> _Entries provided_:
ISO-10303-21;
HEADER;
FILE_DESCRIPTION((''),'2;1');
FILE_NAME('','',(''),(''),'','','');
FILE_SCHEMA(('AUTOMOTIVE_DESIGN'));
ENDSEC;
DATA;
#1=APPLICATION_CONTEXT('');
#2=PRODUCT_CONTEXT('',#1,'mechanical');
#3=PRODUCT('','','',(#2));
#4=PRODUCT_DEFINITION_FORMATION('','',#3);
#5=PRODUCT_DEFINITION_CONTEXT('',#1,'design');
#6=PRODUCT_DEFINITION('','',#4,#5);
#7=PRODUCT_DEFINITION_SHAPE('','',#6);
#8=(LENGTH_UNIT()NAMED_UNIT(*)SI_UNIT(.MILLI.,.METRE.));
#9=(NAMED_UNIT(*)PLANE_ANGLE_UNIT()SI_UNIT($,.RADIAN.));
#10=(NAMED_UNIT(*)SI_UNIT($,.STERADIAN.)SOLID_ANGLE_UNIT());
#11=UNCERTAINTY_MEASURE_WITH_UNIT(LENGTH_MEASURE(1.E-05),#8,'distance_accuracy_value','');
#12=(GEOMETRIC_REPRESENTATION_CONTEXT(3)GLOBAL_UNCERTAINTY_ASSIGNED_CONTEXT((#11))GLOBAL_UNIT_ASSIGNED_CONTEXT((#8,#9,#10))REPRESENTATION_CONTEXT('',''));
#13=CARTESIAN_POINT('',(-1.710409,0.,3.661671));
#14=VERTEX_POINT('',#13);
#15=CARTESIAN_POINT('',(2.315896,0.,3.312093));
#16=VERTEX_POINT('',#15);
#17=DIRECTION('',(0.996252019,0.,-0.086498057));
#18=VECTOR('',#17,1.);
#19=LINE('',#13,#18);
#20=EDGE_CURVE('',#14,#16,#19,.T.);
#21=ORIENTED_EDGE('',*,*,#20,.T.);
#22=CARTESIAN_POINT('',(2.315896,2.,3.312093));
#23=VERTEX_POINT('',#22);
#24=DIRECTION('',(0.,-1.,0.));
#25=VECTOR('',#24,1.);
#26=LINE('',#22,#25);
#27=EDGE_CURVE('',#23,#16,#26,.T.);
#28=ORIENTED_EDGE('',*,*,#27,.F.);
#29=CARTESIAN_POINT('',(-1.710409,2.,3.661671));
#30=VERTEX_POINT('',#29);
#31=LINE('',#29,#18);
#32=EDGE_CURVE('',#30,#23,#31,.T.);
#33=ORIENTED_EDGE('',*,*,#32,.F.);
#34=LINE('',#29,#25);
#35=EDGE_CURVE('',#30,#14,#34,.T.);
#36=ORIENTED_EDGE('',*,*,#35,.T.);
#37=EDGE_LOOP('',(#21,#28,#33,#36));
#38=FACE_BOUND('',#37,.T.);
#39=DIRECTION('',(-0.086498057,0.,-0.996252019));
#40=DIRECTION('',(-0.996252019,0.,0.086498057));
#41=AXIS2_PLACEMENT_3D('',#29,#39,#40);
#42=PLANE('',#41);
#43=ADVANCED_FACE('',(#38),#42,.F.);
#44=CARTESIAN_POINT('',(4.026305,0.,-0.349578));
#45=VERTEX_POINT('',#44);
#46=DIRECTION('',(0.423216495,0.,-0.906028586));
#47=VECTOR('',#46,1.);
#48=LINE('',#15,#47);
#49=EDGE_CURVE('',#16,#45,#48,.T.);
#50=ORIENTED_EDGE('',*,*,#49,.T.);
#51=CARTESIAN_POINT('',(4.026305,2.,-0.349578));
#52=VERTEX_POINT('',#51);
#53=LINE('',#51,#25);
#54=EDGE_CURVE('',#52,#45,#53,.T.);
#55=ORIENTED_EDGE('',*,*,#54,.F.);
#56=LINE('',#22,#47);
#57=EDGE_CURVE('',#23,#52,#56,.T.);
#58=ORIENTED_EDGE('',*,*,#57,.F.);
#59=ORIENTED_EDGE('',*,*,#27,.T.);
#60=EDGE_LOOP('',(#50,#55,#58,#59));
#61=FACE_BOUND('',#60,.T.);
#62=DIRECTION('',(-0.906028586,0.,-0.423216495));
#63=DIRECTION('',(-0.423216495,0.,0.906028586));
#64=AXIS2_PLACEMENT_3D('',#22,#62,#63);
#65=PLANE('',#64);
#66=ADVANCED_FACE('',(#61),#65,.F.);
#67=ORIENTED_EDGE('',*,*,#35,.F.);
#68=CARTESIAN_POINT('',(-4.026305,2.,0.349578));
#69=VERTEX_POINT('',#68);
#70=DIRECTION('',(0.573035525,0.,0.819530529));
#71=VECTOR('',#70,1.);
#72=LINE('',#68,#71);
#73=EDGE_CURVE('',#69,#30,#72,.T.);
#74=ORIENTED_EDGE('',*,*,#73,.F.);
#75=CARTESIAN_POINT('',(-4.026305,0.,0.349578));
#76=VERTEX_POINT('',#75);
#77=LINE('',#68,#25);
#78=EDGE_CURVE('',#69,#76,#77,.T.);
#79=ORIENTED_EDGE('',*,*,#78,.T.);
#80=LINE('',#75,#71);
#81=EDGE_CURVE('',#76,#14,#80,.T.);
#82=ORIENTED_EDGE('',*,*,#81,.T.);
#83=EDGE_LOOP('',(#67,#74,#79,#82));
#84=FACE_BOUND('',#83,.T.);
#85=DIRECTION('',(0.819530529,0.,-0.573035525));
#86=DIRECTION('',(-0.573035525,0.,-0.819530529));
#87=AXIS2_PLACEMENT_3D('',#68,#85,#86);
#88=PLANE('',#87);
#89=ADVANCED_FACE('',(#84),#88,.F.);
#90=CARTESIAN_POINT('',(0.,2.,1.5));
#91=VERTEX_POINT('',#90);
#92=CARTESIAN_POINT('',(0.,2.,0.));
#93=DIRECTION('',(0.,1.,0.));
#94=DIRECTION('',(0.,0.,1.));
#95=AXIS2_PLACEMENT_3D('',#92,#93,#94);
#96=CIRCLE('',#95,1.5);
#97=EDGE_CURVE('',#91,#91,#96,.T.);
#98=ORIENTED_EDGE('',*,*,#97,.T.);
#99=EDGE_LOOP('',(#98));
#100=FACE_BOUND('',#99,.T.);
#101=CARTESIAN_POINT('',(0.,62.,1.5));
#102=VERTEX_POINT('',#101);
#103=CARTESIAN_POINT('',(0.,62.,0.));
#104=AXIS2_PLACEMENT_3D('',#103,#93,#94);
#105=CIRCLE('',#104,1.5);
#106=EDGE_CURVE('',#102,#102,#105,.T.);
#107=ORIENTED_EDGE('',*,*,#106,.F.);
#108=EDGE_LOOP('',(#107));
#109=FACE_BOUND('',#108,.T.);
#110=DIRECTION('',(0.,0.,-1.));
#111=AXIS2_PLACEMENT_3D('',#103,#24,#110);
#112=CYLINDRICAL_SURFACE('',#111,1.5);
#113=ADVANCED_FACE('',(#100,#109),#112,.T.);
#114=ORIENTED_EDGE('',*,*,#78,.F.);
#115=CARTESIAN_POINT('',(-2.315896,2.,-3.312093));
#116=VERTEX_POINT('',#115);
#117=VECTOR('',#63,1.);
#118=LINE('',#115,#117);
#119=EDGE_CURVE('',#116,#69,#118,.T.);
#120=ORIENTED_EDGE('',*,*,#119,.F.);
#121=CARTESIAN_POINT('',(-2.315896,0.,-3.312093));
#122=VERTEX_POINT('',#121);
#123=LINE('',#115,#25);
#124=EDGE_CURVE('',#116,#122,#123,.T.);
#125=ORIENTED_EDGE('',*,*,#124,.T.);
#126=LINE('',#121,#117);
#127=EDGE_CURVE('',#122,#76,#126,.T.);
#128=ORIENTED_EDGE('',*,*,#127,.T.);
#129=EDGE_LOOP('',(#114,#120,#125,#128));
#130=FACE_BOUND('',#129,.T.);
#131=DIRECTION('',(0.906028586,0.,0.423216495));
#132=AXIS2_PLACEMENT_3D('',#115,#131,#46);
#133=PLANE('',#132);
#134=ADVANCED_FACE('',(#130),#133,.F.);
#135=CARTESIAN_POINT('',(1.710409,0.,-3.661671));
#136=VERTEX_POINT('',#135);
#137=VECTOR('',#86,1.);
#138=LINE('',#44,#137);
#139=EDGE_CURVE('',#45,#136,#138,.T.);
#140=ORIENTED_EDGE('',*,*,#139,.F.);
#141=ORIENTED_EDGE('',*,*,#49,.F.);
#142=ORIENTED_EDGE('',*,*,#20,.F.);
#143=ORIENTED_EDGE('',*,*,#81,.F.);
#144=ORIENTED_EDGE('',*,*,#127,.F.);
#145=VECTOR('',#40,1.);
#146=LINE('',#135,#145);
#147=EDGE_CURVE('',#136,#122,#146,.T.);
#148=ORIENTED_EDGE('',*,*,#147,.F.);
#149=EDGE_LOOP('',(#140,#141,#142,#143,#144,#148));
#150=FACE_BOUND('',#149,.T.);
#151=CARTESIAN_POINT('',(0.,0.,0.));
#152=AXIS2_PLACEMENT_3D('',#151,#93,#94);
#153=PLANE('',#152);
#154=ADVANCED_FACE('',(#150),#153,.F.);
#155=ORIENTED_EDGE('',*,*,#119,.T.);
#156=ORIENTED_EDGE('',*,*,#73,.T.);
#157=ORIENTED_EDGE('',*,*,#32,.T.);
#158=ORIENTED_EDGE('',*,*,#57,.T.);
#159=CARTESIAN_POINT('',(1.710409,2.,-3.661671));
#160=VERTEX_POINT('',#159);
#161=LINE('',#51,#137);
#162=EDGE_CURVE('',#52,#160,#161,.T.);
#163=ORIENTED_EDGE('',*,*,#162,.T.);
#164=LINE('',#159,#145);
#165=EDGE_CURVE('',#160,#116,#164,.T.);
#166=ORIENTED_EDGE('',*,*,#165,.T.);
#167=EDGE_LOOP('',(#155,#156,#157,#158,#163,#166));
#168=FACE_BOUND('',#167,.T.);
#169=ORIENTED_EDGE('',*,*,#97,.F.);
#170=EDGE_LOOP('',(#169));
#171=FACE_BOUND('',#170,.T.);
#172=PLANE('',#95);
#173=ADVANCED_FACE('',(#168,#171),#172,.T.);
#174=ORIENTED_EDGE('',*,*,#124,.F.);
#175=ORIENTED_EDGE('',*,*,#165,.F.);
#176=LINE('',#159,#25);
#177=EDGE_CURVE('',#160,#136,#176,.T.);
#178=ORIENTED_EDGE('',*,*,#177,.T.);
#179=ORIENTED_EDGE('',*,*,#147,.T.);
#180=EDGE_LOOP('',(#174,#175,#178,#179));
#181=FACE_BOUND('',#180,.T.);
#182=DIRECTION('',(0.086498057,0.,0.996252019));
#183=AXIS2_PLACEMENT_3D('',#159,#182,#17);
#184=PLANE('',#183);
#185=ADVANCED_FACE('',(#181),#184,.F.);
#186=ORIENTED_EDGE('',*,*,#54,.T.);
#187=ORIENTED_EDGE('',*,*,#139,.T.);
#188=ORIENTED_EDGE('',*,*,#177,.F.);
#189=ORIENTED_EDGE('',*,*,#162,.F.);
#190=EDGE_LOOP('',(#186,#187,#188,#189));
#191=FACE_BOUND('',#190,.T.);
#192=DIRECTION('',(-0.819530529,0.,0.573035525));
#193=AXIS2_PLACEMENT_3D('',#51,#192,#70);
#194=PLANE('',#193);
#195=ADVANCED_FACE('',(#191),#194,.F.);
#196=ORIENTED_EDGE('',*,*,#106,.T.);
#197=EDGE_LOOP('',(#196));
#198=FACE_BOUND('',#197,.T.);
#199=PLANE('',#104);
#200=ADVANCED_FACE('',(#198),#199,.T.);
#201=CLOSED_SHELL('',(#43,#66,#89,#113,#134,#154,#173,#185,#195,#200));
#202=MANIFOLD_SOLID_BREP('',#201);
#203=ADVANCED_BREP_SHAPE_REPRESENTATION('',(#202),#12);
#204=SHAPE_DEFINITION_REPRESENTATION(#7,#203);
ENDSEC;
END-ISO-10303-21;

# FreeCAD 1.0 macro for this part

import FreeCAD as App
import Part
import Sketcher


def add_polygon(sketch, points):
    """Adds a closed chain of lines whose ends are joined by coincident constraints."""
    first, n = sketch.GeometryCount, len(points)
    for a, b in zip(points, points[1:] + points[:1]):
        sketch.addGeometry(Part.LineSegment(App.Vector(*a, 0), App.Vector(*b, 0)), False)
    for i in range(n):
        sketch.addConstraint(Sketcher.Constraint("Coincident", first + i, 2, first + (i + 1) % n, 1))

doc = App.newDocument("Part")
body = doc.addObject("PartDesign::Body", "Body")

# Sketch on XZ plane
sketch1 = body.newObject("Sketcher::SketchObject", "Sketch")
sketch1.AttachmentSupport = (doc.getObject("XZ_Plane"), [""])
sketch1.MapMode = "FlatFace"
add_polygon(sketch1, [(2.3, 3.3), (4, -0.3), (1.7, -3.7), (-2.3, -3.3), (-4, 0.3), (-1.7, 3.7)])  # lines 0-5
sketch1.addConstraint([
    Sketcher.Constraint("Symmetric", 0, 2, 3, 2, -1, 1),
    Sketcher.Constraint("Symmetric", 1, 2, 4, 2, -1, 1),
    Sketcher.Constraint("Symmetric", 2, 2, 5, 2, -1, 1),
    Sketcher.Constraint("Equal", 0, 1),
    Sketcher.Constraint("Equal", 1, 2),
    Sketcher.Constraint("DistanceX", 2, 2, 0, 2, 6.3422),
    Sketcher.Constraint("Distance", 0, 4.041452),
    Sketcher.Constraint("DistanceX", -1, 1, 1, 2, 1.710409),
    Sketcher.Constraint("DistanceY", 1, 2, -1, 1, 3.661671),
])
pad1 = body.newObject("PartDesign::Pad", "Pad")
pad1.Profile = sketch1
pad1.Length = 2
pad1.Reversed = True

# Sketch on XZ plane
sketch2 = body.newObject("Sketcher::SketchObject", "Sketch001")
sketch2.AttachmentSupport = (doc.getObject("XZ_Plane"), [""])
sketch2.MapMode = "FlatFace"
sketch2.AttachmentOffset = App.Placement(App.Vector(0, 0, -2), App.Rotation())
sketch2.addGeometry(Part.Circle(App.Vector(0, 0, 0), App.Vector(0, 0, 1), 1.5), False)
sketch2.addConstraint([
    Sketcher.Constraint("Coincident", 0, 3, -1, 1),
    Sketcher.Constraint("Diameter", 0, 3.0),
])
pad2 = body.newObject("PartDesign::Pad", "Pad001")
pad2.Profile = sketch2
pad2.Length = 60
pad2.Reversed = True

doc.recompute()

---

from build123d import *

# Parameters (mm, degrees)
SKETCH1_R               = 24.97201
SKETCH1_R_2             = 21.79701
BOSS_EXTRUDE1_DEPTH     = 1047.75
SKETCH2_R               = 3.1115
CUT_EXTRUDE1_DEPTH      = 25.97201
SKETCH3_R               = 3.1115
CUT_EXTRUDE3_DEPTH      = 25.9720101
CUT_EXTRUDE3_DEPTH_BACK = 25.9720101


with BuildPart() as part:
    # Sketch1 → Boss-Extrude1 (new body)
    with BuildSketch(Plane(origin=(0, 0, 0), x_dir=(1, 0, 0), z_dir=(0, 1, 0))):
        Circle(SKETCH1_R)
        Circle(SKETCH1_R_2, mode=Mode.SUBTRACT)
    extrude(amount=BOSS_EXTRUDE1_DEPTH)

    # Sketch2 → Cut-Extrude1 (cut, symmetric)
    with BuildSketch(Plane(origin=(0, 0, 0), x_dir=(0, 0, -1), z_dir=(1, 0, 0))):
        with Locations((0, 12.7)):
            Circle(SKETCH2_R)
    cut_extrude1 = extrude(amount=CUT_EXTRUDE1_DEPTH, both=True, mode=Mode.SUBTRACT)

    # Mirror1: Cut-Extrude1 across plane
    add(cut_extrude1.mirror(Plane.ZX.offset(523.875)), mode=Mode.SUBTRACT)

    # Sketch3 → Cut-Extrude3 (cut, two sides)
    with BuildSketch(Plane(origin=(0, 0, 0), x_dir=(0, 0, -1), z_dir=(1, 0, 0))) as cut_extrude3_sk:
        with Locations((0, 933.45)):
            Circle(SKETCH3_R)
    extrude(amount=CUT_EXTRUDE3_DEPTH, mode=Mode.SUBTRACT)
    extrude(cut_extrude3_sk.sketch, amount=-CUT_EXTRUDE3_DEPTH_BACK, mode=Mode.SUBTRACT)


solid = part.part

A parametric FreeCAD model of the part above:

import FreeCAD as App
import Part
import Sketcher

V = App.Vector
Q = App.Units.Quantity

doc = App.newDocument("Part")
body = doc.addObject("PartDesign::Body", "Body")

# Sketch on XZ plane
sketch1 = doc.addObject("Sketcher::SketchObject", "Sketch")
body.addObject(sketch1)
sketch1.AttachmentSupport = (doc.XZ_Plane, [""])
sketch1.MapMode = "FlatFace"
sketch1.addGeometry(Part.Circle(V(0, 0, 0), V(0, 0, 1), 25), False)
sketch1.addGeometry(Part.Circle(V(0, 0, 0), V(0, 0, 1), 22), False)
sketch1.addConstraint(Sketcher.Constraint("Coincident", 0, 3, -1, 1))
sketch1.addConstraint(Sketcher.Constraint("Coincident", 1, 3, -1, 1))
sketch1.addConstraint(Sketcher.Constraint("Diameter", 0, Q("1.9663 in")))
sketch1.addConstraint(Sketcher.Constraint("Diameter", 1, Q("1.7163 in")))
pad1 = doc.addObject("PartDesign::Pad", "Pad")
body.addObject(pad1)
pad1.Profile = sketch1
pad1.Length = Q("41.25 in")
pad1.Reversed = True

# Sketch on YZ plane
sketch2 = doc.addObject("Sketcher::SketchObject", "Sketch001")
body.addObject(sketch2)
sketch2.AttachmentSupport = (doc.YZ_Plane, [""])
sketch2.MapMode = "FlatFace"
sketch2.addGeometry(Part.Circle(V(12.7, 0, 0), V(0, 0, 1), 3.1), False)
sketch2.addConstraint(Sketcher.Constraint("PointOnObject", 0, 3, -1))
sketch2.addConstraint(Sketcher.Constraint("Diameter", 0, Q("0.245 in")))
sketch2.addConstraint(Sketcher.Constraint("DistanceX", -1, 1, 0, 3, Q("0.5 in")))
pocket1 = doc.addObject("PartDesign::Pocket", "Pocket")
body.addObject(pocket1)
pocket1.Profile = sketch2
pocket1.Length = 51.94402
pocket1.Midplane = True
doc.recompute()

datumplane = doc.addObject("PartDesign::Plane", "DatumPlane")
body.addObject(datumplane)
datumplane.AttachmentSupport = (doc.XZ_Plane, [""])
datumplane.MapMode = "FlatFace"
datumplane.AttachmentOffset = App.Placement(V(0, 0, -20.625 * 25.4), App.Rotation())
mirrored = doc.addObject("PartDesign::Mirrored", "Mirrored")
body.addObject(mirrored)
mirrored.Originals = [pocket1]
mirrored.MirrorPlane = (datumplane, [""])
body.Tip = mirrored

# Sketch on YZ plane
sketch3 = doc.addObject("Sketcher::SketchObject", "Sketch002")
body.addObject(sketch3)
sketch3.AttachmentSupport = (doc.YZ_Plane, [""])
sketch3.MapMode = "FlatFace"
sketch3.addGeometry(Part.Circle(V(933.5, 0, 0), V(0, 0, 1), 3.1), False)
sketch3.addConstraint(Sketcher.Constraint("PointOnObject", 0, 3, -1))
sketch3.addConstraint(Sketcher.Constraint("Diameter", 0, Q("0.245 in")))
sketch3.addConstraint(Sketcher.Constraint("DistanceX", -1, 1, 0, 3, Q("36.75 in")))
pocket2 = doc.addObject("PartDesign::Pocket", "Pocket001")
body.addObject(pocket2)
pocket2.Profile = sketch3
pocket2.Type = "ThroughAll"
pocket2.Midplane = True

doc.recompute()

> _Work request_: In the entries above, find the line holding "#79=ORIENTED_EDGE('',*,*,#78,.T.);" and the line holding "#126=LINE('',#121,#117);", then retype exactly those two lines and every line between them, and nothing else.

> _Completed task_:
#79=ORIENTED_EDGE('',*,*,#78,.T.);
#80=LINE('',#75,#71);
#81=EDGE_CURVE('',#76,#14,#80,.T.);
#82=ORIENTED_EDGE('',*,*,#81,.T.);
#83=EDGE_LOOP('',(#67,#74,#79,#82));
#84=FACE_BOUND('',#83,.T.);
#85=DIRECTION('',(0.819530529,0.,-0.573035525));
#86=DIRECTION('',(-0.573035525,0.,-0.819530529));
#87=AXIS2_PLACEMENT_3D('',#68,#85,#86);
#88=PLANE('',#87);
#89=ADVANCED_FACE('',(#84),#88,.F.);
#90=CARTESIAN_POINT('',(0.,2.,1.5));
#91=VERTEX_POINT('',#90);
#92=CARTESIAN_POINT('',(0.,2.,0.));
#93=DIRECTION('',(0.,1.,0.));
#94=DIRECTION('',(0.,0.,1.));
#95=AXIS2_PLACEMENT_3D('',#92,#93,#94);
#96=CIRCLE('',#95,1.5);
#97=EDGE_CURVE('',#91,#91,#96,.T.);
#98=ORIENTED_EDGE('',*,*,#97,.T.);
#99=EDGE_LOOP('',(#98));
#100=FACE_BOUND('',#99,.T.);
#101=CARTESIAN_POINT('',(0.,62.,1.5));
#102=VERTEX_POINT('',#101);
#103=CARTESIAN_POINT('',(0.,62.,0.));
#104=AXIS2_PLACEMENT_3D('',#103,#93,#94);
#105=CIRCLE('',#104,1.5);
#106=EDGE_CURVE('',#102,#102,#105,.T.);
#107=ORIENTED_EDGE('',*,*,#106,.F.);
#108=EDGE_LOOP('',(#107));
#109=FACE_BOUND('',#108,.T.);
#110=DIRECTION('',(0.,0.,-1.));
#111=AXIS2_PLACEMENT_3D('',#103,#24,#110);
#112=CYLINDRICAL_SURFACE('',#111,1.5);
#113=ADVANCED_FACE('',(#100,#109),#112,.T.);
#114=ORIENTED_EDGE('',*,*,#78,.F.);
#115=CARTESIAN_POINT('',(-2.315896,2.,-3.312093));
#116=VERTEX_POINT('',#115);
#117=VECTOR('',#63,1.);
#118=LINE('',#115,#117);
#119=EDGE_CURVE('',#116,#69,#118,.T.);
#120=ORIENTED_EDGE('',*,*,#119,.F.);
#121=CARTESIAN_POINT('',(-2.315896,0.,-3.312093));
#122=VERTEX_POINT('',#121);
#123=LINE('',#115,#25);
#124=EDGE_CURVE('',#116,#122,#123,.T.);
#125=ORIENTED_EDGE('',*,*,#124,.T.);
#126=LINE('',#121,#117);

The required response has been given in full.